INSTRUCTIONS TO FOLLOW ▸ Of the entries below, restate word for word only the section that runs from the line with "f 55 125 126" to the line with "f 166 108 7", counting both ends.

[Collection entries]
▽
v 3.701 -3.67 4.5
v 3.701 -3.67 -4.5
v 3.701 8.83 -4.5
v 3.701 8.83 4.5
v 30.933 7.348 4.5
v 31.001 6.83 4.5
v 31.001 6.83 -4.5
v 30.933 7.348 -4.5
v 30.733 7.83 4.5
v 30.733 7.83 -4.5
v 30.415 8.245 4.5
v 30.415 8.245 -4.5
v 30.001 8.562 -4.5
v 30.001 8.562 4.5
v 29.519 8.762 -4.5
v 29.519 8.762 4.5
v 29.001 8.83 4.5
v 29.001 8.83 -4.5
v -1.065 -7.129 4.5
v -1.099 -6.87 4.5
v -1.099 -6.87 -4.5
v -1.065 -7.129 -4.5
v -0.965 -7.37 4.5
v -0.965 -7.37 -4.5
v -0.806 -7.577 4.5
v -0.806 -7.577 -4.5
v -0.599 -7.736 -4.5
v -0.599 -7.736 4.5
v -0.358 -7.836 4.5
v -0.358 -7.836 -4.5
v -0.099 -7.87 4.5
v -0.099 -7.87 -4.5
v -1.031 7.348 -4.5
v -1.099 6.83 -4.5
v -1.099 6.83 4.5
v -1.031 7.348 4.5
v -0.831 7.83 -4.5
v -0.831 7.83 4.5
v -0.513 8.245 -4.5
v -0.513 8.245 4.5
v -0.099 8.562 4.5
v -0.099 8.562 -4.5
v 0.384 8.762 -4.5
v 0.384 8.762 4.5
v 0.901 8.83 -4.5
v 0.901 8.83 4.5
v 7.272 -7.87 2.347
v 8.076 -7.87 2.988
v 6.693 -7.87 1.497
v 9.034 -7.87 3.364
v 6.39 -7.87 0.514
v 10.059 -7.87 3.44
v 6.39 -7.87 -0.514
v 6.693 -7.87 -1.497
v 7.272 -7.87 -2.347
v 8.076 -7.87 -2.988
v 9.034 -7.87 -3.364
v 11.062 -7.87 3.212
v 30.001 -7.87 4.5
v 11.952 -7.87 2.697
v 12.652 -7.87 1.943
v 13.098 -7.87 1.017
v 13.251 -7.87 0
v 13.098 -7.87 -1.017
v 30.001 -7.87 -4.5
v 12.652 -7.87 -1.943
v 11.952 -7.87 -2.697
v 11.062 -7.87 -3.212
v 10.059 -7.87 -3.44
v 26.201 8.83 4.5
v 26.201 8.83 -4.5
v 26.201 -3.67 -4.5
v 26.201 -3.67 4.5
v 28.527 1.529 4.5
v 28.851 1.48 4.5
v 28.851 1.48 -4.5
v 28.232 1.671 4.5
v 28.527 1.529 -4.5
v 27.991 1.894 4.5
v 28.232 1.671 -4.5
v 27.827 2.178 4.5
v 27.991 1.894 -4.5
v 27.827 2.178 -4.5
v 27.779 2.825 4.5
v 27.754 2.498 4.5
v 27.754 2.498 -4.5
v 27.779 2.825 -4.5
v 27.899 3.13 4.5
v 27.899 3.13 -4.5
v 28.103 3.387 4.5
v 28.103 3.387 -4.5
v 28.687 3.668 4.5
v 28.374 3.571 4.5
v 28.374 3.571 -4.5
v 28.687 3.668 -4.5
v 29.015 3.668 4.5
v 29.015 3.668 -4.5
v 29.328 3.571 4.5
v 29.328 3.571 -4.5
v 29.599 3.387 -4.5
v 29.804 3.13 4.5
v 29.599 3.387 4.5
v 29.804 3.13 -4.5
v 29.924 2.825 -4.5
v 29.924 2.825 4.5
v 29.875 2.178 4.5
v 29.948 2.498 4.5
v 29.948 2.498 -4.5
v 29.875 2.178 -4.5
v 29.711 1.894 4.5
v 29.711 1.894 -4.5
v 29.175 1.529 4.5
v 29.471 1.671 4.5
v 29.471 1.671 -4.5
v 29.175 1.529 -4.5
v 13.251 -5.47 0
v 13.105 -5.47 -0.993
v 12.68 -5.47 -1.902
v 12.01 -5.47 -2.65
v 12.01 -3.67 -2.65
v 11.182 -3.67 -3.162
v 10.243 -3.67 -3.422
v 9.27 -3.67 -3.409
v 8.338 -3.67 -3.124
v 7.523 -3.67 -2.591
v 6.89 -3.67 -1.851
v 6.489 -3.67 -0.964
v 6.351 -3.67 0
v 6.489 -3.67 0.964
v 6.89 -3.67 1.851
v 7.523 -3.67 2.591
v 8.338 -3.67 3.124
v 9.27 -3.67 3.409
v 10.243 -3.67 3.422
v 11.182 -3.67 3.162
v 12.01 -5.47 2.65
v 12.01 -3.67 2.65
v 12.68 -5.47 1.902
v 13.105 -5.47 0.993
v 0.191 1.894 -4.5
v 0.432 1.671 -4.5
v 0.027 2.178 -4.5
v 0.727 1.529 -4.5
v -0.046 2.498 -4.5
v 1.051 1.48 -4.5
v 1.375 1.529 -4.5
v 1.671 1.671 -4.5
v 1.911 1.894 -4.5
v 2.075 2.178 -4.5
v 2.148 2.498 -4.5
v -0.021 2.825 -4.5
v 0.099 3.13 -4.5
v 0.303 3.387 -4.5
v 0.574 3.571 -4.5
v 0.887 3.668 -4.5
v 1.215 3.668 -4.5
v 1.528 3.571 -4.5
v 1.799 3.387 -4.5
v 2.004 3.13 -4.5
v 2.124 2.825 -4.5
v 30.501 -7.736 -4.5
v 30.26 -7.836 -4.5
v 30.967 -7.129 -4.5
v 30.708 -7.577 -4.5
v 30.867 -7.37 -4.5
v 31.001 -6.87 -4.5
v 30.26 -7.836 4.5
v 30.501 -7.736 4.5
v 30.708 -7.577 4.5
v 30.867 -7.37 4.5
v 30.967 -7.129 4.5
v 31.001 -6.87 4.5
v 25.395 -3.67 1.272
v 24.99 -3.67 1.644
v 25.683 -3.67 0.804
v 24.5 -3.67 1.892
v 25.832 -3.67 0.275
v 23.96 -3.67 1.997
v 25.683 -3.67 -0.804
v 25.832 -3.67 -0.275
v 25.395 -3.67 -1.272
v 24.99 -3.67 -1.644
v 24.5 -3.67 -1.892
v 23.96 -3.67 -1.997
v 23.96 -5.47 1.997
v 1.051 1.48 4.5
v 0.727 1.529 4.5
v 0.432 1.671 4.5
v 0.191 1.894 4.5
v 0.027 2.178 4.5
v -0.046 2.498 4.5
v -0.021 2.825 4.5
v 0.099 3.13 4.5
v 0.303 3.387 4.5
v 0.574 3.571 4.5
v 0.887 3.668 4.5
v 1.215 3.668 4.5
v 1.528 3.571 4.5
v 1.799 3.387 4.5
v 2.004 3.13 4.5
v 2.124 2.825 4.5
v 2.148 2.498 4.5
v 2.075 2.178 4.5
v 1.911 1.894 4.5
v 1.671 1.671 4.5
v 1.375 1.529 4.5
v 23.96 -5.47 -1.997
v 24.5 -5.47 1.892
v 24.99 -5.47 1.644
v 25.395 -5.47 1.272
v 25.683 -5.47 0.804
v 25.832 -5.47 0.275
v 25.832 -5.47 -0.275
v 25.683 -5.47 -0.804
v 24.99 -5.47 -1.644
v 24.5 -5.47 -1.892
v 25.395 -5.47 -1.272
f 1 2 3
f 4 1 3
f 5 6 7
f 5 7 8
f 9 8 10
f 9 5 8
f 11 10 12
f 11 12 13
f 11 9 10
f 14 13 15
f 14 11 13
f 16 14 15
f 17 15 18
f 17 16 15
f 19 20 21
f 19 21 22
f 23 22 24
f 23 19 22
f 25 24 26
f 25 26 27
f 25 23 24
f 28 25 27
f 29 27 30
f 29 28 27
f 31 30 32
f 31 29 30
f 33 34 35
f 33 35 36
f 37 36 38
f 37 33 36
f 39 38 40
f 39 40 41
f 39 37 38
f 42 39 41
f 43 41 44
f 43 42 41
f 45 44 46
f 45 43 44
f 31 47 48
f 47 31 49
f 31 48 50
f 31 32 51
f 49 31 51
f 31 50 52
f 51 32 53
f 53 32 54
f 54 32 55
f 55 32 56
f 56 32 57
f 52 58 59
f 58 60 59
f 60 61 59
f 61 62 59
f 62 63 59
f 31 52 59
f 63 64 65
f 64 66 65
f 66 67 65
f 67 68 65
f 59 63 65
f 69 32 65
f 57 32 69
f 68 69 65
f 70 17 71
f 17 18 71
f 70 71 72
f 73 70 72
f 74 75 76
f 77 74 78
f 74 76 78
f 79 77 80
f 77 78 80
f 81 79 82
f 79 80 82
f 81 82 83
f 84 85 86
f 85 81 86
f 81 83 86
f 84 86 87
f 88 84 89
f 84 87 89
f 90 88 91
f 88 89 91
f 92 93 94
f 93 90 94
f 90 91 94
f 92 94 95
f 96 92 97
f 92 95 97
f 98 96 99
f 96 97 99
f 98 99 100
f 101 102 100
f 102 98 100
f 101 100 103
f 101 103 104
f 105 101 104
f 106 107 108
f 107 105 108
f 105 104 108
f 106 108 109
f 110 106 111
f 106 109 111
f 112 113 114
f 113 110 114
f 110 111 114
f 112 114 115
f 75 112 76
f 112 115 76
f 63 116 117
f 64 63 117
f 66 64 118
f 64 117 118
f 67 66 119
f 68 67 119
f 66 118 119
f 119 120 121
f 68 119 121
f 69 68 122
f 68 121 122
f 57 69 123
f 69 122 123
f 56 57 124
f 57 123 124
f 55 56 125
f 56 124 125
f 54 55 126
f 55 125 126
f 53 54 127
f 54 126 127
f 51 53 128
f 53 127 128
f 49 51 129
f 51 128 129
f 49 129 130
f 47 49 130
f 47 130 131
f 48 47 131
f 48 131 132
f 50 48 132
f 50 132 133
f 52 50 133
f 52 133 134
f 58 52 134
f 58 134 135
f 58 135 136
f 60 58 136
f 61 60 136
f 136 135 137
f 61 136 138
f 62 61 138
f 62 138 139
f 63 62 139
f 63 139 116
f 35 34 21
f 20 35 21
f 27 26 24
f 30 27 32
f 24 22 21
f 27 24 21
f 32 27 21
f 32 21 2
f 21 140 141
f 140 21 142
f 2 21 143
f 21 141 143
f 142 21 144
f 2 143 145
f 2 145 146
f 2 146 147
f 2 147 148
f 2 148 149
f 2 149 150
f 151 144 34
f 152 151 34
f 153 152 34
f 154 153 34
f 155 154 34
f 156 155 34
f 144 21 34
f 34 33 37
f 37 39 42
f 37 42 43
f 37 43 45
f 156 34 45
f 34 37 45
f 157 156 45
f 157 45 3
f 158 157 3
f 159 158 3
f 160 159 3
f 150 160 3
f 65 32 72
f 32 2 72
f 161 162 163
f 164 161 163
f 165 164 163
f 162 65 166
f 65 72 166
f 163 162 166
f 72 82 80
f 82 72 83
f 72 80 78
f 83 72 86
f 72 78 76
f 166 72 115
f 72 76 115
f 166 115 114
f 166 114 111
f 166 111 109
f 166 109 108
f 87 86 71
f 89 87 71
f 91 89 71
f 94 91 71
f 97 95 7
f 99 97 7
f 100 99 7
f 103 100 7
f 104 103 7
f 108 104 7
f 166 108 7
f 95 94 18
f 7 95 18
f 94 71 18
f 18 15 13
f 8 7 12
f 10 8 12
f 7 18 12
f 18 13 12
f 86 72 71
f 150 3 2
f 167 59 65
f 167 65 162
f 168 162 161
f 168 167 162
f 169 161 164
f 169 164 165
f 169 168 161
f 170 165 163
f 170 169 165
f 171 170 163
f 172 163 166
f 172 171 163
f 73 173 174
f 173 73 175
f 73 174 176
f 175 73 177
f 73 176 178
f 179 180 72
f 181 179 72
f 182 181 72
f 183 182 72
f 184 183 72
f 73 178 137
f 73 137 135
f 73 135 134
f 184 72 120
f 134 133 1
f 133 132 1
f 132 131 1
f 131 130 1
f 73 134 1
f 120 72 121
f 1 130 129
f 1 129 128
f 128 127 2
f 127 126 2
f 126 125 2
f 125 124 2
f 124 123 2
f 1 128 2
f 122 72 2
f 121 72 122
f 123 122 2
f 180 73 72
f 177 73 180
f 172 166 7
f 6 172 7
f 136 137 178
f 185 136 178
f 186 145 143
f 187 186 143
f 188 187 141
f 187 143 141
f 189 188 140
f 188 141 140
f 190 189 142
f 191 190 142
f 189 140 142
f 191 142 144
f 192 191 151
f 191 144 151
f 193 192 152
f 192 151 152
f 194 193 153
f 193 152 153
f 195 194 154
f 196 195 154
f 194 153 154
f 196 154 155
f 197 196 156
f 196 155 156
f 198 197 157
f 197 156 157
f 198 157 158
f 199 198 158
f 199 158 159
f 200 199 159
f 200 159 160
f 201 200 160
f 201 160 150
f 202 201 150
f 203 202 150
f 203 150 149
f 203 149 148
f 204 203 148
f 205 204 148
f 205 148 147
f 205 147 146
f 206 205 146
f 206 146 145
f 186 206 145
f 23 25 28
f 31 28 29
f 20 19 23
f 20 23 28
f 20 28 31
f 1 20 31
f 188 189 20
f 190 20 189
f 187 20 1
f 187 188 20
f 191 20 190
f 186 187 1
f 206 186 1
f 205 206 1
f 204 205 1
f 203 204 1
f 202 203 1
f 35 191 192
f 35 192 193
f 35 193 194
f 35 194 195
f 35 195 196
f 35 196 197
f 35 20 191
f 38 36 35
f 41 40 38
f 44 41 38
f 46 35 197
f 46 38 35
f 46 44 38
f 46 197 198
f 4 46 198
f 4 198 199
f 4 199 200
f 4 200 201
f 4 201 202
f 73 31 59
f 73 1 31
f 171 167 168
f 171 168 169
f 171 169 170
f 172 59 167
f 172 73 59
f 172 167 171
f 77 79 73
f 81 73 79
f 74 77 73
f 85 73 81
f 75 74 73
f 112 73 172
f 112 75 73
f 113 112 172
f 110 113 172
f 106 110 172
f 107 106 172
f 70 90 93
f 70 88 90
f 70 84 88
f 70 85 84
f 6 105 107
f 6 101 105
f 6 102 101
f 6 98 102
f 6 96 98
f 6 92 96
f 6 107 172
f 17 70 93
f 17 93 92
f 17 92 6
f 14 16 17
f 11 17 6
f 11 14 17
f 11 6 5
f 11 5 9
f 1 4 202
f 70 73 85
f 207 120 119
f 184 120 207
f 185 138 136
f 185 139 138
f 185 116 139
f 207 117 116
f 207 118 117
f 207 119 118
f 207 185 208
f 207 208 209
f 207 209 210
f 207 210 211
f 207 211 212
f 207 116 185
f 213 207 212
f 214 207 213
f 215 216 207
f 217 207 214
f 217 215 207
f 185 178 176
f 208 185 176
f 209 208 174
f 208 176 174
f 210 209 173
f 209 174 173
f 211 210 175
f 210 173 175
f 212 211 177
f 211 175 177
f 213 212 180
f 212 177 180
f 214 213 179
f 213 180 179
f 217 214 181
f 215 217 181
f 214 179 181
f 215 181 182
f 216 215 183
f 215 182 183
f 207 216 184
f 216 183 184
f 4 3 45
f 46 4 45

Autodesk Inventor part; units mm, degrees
ref_plane "YZ Plane" through (0, 0, 0) normal (1, 0, 0) x (0, 1, 0)
ref_plane "XZ Plane" through (0, 0, 0) normal (0, 1, 0) x (-1, 0, 0)
sketch "Sketch1" plane through (0, 0, 0) normal (0, 0, 1) x (1, 0, 0)
  line L0 (-1.0988, -7.8697) -> (31.0012, -7.8697)
  line L1 (31.0012, -7.8697) -> (31.0012, 8.8303)
  line L2 (31.0012, 8.8303) -> (26.2012, 8.8303)
  line L3 (26.2012, 8.8303) -> (26.2012, -3.6697)
  line L4 (26.2012, -3.6697) -> (3.7012, -3.6697)
  line L5 (3.7012, -3.6697) -> (3.7012, 8.8303)
  line L6 (3.7012, 8.8303) -> (-1.0988, 8.8303)
  line L7 (-1.0988, 8.8303) -> (-1.0988, -7.8697)
  dimension "d5" = 4.8
  dimension "d6" = 22.5
  dimension "d7" = 12.5
  dimension "d8" = 4.2
extrude "Extrusion1" add sketch "Sketch1" along normal mid plane 9
sketch "Sketch2" plane through (0, 0, 4.5) normal (0, 0, 1) x (1, 0, 0)
  line L0 (3.7012, -3.6697) -> (3.7012, 8.8303) projected
  line L1 (3.7012, 8.8303) -> (-1.0988, 8.8303) projected
  point P0 (0, 0)
  point P1 (3.7012, 2.5803)
  point P2 (3.7012, 2.5803)
  point P3 (1.0512, 2.5803)
  point P4 (3.7012, 2.5803)
  point P5 (3.7012, 2.5803)
  dimension "d14" = 2.65
hole "Hole1" at (1.0512, 2.5803, 4.5) direction (0, 0, -1) diameter 2.2 end through all
ref_plane "Work Plane1" through (14.9512, -3.6697, 4.5) normal (-1, 0, 0) x (0, 0, 1)
mirror "Mirror1" about plane through (14.9512, -3.6697, 4.5) normal (-1, 0, 0) of "Hole1"
sketch "Sketch4" plane through (3.7012, -3.6697, 4.5) normal (0, 1, 0) x (1, 0, 0)
  line L0 (0, 9) -> (0, 0) projected
  line L1 (22.5, 0) -> (0, 0) projected
  line L2 (22.5, 9) -> (22.5, 0) projected
  line L3 (0, 9) -> (22.5, 9) projected
  circle A0 centre (6.1, 4.5) radius 3.45
  line L4 (8.3091, 7.15) -> (8.3091, 1.85) construction
  arc A1 (20.2591, 2.503) -> (20.2591, 6.497) centre (20.15, 4.5) ccw
  line L5 (8.3091, 7.15) -> (20.2591, 6.497)
  line L6 (8.3091, 1.85) -> (20.2591, 2.503)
△
SOLUTION ▸
f 55 125 126
f 53 54 127
f 54 126 127
f 51 53 128
f 53 127 128
f 49 51 129
f 51 128 129
f 49 129 130
f 47 49 130
f 47 130 131
f 48 47 131
f 48 131 132
f 50 48 132
f 50 132 133
f 52 50 133
f 52 133 134
f 58 52 134
f 58 134 135
f 58 135 136
f 60 58 136
f 61 60 136
f 136 135 137
f 61 136 138
f 62 61 138
f 62 138 139
f 63 62 139
f 63 139 116
f 35 34 21
f 20 35 21
f 27 26 24
f 30 27 32
f 24 22 21
f 27 24 21
f 32 27 21
f 32 21 2
f 21 140 141
f 140 21 142
f 2 21 143
f 21 141 143
f 142 21 144
f 2 143 145
f 2 145 146
f 2 146 147
f 2 147 148
f 2 148 149
f 2 149 150
f 151 144 34
f 152 151 34
f 153 152 34
f 154 153 34
f 155 154 34
f 156 155 34
f 144 21 34
f 34 33 37
f 37 39 42
f 37 42 43
f 37 43 45
f 156 34 45
f 34 37 45
f 157 156 45
f 157 45 3
f 158 157 3
f 159 158 3
f 160 159 3
f 150 160 3
f 65 32 72
f 32 2 72
f 161 162 163
f 164 161 163
f 165 164 163
f 162 65 166
f 65 72 166
f 163 162 166
f 72 82 80
f 82 72 83
f 72 80 78
f 83 72 86
f 72 78 76
f 166 72 115
f 72 76 115
f 166 115 114
f 166 114 111
f 166 111 109
f 166 109 108
f 87 86 71
f 89 87 71
f 91 89 71
f 94 91 71
f 97 95 7
f 99 97 7
f 100 99 7
f 103 100 7
f 104 103 7
f 108 104 7
f 166 108 7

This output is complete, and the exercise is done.